Mutational analysis of the active site of human insulin‐regulated aminopeptidase

Abstract

Insulin‐regulated aminopeptidase (IRAP) is a type II integral membrane protein belonging to the gluzincin family of metallopeptidases identified by the characteristic Zn²⁺‐coordination sequence element, HEXXH‐(18–64X)‐E. A second conserved sequence element, the GXMEN motif, positioned 22–32 amino acids N‐terminal to the Zn²⁺‐coordination sequence element distinguishes the gluzincin aminopeptidases from other gluzincins.

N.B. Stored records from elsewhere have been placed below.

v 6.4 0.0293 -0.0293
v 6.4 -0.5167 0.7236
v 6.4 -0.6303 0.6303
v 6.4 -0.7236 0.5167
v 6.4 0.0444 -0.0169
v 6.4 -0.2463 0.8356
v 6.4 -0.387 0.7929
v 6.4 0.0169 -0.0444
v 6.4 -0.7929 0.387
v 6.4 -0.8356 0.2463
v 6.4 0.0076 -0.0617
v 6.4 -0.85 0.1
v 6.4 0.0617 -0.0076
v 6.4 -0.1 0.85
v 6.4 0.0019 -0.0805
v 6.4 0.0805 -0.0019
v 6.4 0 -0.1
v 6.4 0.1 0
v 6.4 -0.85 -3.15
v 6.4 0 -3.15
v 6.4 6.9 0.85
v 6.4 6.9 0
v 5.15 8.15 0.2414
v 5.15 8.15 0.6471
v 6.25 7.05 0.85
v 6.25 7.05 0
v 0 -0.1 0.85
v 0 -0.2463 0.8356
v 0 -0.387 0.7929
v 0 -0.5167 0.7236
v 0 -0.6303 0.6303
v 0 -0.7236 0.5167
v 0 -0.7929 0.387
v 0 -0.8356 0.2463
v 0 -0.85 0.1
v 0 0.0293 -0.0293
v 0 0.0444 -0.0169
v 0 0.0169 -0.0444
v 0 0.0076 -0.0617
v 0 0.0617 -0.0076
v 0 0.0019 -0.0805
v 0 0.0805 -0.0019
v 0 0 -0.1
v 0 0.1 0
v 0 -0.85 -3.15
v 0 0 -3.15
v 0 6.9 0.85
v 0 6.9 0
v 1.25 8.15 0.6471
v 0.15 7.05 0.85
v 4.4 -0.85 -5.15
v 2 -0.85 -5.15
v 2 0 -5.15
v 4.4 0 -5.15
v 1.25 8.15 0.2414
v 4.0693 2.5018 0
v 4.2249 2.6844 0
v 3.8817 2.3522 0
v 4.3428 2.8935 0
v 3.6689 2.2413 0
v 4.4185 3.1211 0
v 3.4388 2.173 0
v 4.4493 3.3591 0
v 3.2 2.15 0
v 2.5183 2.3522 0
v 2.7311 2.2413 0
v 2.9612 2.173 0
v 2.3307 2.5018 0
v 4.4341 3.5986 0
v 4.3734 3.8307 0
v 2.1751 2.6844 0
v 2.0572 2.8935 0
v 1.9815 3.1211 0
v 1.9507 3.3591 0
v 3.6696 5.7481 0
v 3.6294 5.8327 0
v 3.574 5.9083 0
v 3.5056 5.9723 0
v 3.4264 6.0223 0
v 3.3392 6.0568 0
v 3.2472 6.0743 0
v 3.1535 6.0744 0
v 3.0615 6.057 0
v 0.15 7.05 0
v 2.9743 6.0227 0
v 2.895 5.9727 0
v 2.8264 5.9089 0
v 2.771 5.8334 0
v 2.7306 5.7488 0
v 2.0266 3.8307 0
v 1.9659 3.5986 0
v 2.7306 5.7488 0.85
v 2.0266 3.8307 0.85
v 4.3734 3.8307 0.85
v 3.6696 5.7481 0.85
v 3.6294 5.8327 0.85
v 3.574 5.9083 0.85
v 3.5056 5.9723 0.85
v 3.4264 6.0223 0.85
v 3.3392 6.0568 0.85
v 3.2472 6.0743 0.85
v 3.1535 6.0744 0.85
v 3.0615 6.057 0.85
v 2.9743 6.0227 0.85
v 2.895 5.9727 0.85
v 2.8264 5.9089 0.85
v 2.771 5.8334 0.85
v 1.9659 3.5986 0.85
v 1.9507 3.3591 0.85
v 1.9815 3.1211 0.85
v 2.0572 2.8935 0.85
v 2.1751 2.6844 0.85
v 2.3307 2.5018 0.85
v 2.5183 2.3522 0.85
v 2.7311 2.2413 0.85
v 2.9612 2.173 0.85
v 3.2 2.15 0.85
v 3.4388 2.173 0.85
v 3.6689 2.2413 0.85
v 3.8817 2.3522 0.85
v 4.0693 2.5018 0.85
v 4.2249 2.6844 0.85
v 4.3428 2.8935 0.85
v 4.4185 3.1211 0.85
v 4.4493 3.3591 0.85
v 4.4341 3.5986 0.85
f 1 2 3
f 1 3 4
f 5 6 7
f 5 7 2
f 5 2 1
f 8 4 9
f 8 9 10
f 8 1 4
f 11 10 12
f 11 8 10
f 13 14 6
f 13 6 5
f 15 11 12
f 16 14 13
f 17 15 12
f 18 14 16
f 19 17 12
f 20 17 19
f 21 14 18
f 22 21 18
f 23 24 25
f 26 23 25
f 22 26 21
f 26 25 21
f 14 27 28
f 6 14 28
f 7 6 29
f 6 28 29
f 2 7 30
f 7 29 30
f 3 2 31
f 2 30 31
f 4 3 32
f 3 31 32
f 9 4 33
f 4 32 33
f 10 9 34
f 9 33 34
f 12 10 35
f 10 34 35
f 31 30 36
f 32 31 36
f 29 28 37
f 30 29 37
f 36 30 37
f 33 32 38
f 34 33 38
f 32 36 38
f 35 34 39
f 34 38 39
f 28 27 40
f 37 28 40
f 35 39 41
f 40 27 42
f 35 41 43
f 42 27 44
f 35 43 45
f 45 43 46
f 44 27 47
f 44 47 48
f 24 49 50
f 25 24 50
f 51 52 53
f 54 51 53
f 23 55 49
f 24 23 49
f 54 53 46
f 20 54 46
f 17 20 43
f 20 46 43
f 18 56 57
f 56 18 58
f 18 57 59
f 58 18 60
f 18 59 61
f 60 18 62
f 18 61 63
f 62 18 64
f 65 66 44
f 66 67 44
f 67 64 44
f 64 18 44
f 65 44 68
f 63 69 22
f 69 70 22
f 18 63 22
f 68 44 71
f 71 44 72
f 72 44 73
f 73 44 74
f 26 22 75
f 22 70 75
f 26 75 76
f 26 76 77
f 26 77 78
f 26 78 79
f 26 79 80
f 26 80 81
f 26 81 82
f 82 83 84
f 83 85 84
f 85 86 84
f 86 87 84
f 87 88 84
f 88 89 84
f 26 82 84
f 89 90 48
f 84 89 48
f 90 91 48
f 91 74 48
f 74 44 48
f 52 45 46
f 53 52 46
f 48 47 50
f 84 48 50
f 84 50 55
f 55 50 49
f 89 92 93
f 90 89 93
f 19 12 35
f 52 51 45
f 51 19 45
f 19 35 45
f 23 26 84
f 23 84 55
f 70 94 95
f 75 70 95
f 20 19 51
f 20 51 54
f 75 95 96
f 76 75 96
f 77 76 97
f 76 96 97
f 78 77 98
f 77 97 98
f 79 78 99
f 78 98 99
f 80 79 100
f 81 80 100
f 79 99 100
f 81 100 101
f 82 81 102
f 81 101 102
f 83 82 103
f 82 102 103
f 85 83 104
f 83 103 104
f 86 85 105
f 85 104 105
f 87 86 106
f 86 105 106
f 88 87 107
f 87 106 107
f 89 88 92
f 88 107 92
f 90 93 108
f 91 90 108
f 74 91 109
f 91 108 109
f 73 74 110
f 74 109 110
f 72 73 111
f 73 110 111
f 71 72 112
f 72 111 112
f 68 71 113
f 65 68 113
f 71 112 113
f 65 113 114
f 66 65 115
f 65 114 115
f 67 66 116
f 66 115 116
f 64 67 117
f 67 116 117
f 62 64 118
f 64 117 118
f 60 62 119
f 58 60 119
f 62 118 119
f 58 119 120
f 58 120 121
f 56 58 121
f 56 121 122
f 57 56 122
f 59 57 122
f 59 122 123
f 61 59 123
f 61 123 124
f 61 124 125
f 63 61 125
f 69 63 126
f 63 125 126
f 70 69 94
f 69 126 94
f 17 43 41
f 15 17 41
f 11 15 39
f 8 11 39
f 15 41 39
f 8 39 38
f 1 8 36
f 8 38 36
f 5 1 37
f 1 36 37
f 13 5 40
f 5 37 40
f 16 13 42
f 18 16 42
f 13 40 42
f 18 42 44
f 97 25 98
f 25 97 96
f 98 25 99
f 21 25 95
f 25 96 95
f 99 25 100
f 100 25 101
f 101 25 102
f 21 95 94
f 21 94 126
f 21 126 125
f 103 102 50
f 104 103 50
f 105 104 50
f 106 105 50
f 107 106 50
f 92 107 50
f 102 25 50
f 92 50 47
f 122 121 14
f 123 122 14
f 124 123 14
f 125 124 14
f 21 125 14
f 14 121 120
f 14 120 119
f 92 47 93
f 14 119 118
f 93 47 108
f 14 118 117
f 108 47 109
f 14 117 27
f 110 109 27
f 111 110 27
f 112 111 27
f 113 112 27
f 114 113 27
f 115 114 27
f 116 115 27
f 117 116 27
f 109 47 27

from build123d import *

# Parameters (mm, degrees)
BOSS_EXTRUDE1_DEPTH = 6.4
CHAMFER3_SIZE       = 2
CUT_EXTRUDE1_DEPTH  = 0.85
CUT_EXTRUDE2_DEPTH  = 0.85


with BuildPart() as part:
    # Sketch1 → Boss-Extrude1 (new body)
    with BuildSketch(Plane(origin=(0, 0, 0), x_dir=(0, 0, -1), z_dir=(1, 0, 0))):
        with BuildLine():
            Line((0, 0.1), (0, 7.05))
            Line((0, 7.05), (-0.241393443, 8.15))
            Line((-0.241393443, 8.15), (-0.647131148, 8.15))
            Line((-0.647131148, 8.15), (-0.85, 7.05))
            Line((-0.85, 7.05), (-0.85, -0.1))
            ThreePointArc((-0.85, -0.1), (-0.630330086, -0.630330086), (-0.1, -0.85))
            Line((-0.1, -0.85), (5.15, -0.85))
            Line((5.15, -0.85), (5.15, 0))
            Line((5.15, 0), (0.1, 0))
            ThreePointArc((0.1, 0), (0.029289322, 0.029289322), (0, 0.1))
        make_face()
    extrude(amount=BOSS_EXTRUDE1_DEPTH)

    # Chamfer3
    chamfer3_edges = [part.edges().sort_by_distance(p)[0] for p in [
        (0, -0.425, -5.15),
        (6.4, -0.425, -5.15),
    ]]
    chamfer(chamfer3_edges, length=CHAMFER3_SIZE)

    # Sketch4 → Cut-Extrude1 (cut)
    with BuildSketch(Plane.XY.offset(0.85)):
        Polygon((0, 6.9), (1.25, 8.15), (0, 8.15), align=None)
        Polygon((5.15, 8.15), (6.4, 6.9), (6.4, 8.15), align=None)
    extrude(amount=-CUT_EXTRUDE1_DEPTH, mode=Mode.SUBTRACT)

    # Sketch5 → Cut-Extrude2 (cut)
    with BuildSketch(Plane.XY.offset(0.85)):
        with BuildLine():
            Line((2.730622244, 5.748829869), (2.026555611, 3.830729922))
            ThreePointArc((2.026555611, 3.830729922), (3.20000017, 2.15), (4.373444272, 3.830730241))
            Line((4.373444272, 3.830730241), (3.669633952, 5.748130298))
            ThreePointArc((3.669633952, 5.748130298), (3.200372504, 6.076537762), (2.730622244, 5.748829869))
        make_face()
    extrude(amount=-CUT_EXTRUDE2_DEPTH, mode=Mode.SUBTRACT)


solid = part.part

To investigate the importance of the G428AMEN and H464ELAH‐(18X)‐E487 motifs for the activity of IRAP, mutational analysis was carried out. cDNA encoding the full‐length transmembrane form of human IRAP was expressed in HEK293 cells and recombinant wild‐type IRAP was shown to have biochemical and enzymatic properties similar to those reported for native IRAP and the soluble serum form of IRAP. Mutational analysis using single amino‐acid substitutions in the GAMEN motif (G428A, A429G, M430K, M430E, M430I, E431D and E431A) and in the Zn²⁺‐binding motif (H464Y, E465D, E465Q, H468Y, E487D and E487Q) resulted in decreased or abolished aminopeptidase activity towards the leucine‐para‐nitroanilide substrate. The results show that conservation of residues within the GAMEN and Zn²⁺‐binding motifs is important for IRAP enzyme activity.